Your instructions:
All lines from the start of the listing below through the line containing "line L7 (0, 30) -> (0, 0)" are to be written out again exactly, and no others.

Data for this task:
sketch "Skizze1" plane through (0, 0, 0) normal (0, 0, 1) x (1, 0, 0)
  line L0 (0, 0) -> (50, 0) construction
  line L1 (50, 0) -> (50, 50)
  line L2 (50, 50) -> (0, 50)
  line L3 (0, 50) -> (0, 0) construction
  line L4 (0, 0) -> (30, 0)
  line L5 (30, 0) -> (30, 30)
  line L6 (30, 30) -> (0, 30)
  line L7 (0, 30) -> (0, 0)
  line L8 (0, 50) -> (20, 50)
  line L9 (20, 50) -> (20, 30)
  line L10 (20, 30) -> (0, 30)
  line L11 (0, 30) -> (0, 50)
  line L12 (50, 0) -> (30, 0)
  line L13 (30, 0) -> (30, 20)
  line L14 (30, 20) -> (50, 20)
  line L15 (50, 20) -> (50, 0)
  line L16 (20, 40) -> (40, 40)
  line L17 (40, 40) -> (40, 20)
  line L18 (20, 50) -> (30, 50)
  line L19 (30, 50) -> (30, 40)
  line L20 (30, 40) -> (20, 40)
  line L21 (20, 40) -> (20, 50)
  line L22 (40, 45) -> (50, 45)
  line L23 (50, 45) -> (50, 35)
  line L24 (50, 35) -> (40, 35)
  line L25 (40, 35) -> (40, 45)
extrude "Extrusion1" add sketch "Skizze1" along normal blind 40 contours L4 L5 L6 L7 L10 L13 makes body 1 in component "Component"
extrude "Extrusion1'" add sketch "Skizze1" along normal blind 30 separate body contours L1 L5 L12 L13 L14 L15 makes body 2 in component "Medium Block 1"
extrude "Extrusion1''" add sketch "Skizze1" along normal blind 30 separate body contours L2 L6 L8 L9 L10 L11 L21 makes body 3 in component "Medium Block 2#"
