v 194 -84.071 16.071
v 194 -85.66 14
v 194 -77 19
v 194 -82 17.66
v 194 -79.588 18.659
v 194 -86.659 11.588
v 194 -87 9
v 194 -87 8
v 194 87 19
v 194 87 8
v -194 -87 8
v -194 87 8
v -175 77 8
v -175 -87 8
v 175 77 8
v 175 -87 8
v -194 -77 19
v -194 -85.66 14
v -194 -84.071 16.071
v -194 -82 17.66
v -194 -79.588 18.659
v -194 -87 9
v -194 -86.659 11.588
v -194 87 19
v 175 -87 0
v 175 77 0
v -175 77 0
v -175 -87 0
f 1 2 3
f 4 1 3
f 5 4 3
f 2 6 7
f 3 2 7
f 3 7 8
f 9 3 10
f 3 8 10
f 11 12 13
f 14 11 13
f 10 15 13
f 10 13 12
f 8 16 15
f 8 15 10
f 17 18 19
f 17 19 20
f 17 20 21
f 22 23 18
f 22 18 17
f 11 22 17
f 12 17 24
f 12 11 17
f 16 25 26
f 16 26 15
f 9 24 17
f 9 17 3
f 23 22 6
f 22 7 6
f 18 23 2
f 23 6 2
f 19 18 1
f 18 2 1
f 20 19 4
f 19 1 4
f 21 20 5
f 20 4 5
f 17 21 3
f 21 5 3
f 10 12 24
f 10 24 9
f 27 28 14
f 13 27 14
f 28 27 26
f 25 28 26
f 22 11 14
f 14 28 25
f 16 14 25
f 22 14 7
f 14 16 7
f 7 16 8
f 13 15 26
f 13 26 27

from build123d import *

# Parameters (mm, degrees)
F0_W     = 388
F0_H     = 174
F1_DEPTH = 19
F2_W     = 19
F2_H     = 8
F3_DEPTH = 178
F4_W     = 350
F4_H     = 8
F5_DEPTH = 10
F6_R     = 10


with BuildPart() as f1:
    # F0 (on Top) → F1 (new body)
    with BuildSketch(Plane.XY):
        Rectangle(F0_W, F0_H)
    extrude(amount=F1_DEPTH)

    # F2 (on face) → F3 (cut)
    with BuildSketch(Plane.XZ.offset(87)):
        with Locations((184.5, 4)):
            Rectangle(F2_W, F2_H)
        with Locations((-184.5, 4)):
            Rectangle(F2_W, F2_H)
    extrude(amount=-F3_DEPTH, mode=Mode.SUBTRACT)

    # F4 (on face) → F5 (cut)
    with BuildSketch(Plane(origin=(0, 87, 0), x_dir=(-1, 0, 0), z_dir=(0, 1, 0))):
        with Locations((0, 4)):
            Rectangle(F4_W, F4_H)
    extrude(amount=-F5_DEPTH, mode=Mode.SUBTRACT)

    # F6
    f6_edges = [f1.edges().sort_by_distance(p)[0] for p in [
        (0, -87, 19),
    ]]
    fillet(f6_edges, radius=F6_R)


solid = f1.part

Exercise solution:
sketch "Skizze1" plane through (0, 0, 0) normal (0, 0, 1) x (1, 0, 0)
  line L0 (0, 0) -> (50, 0) construction
  line L1 (50, 0) -> (50, 50)
  line L2 (50, 50) -> (0, 50)
  line L3 (0, 50) -> (0, 0) construction
  line L4 (0, 0) -> (30, 0)
  line L5 (30, 0) -> (30, 30)
  line L6 (30, 30) -> (0, 30)
  line L7 (0, 30) -> (0, 0)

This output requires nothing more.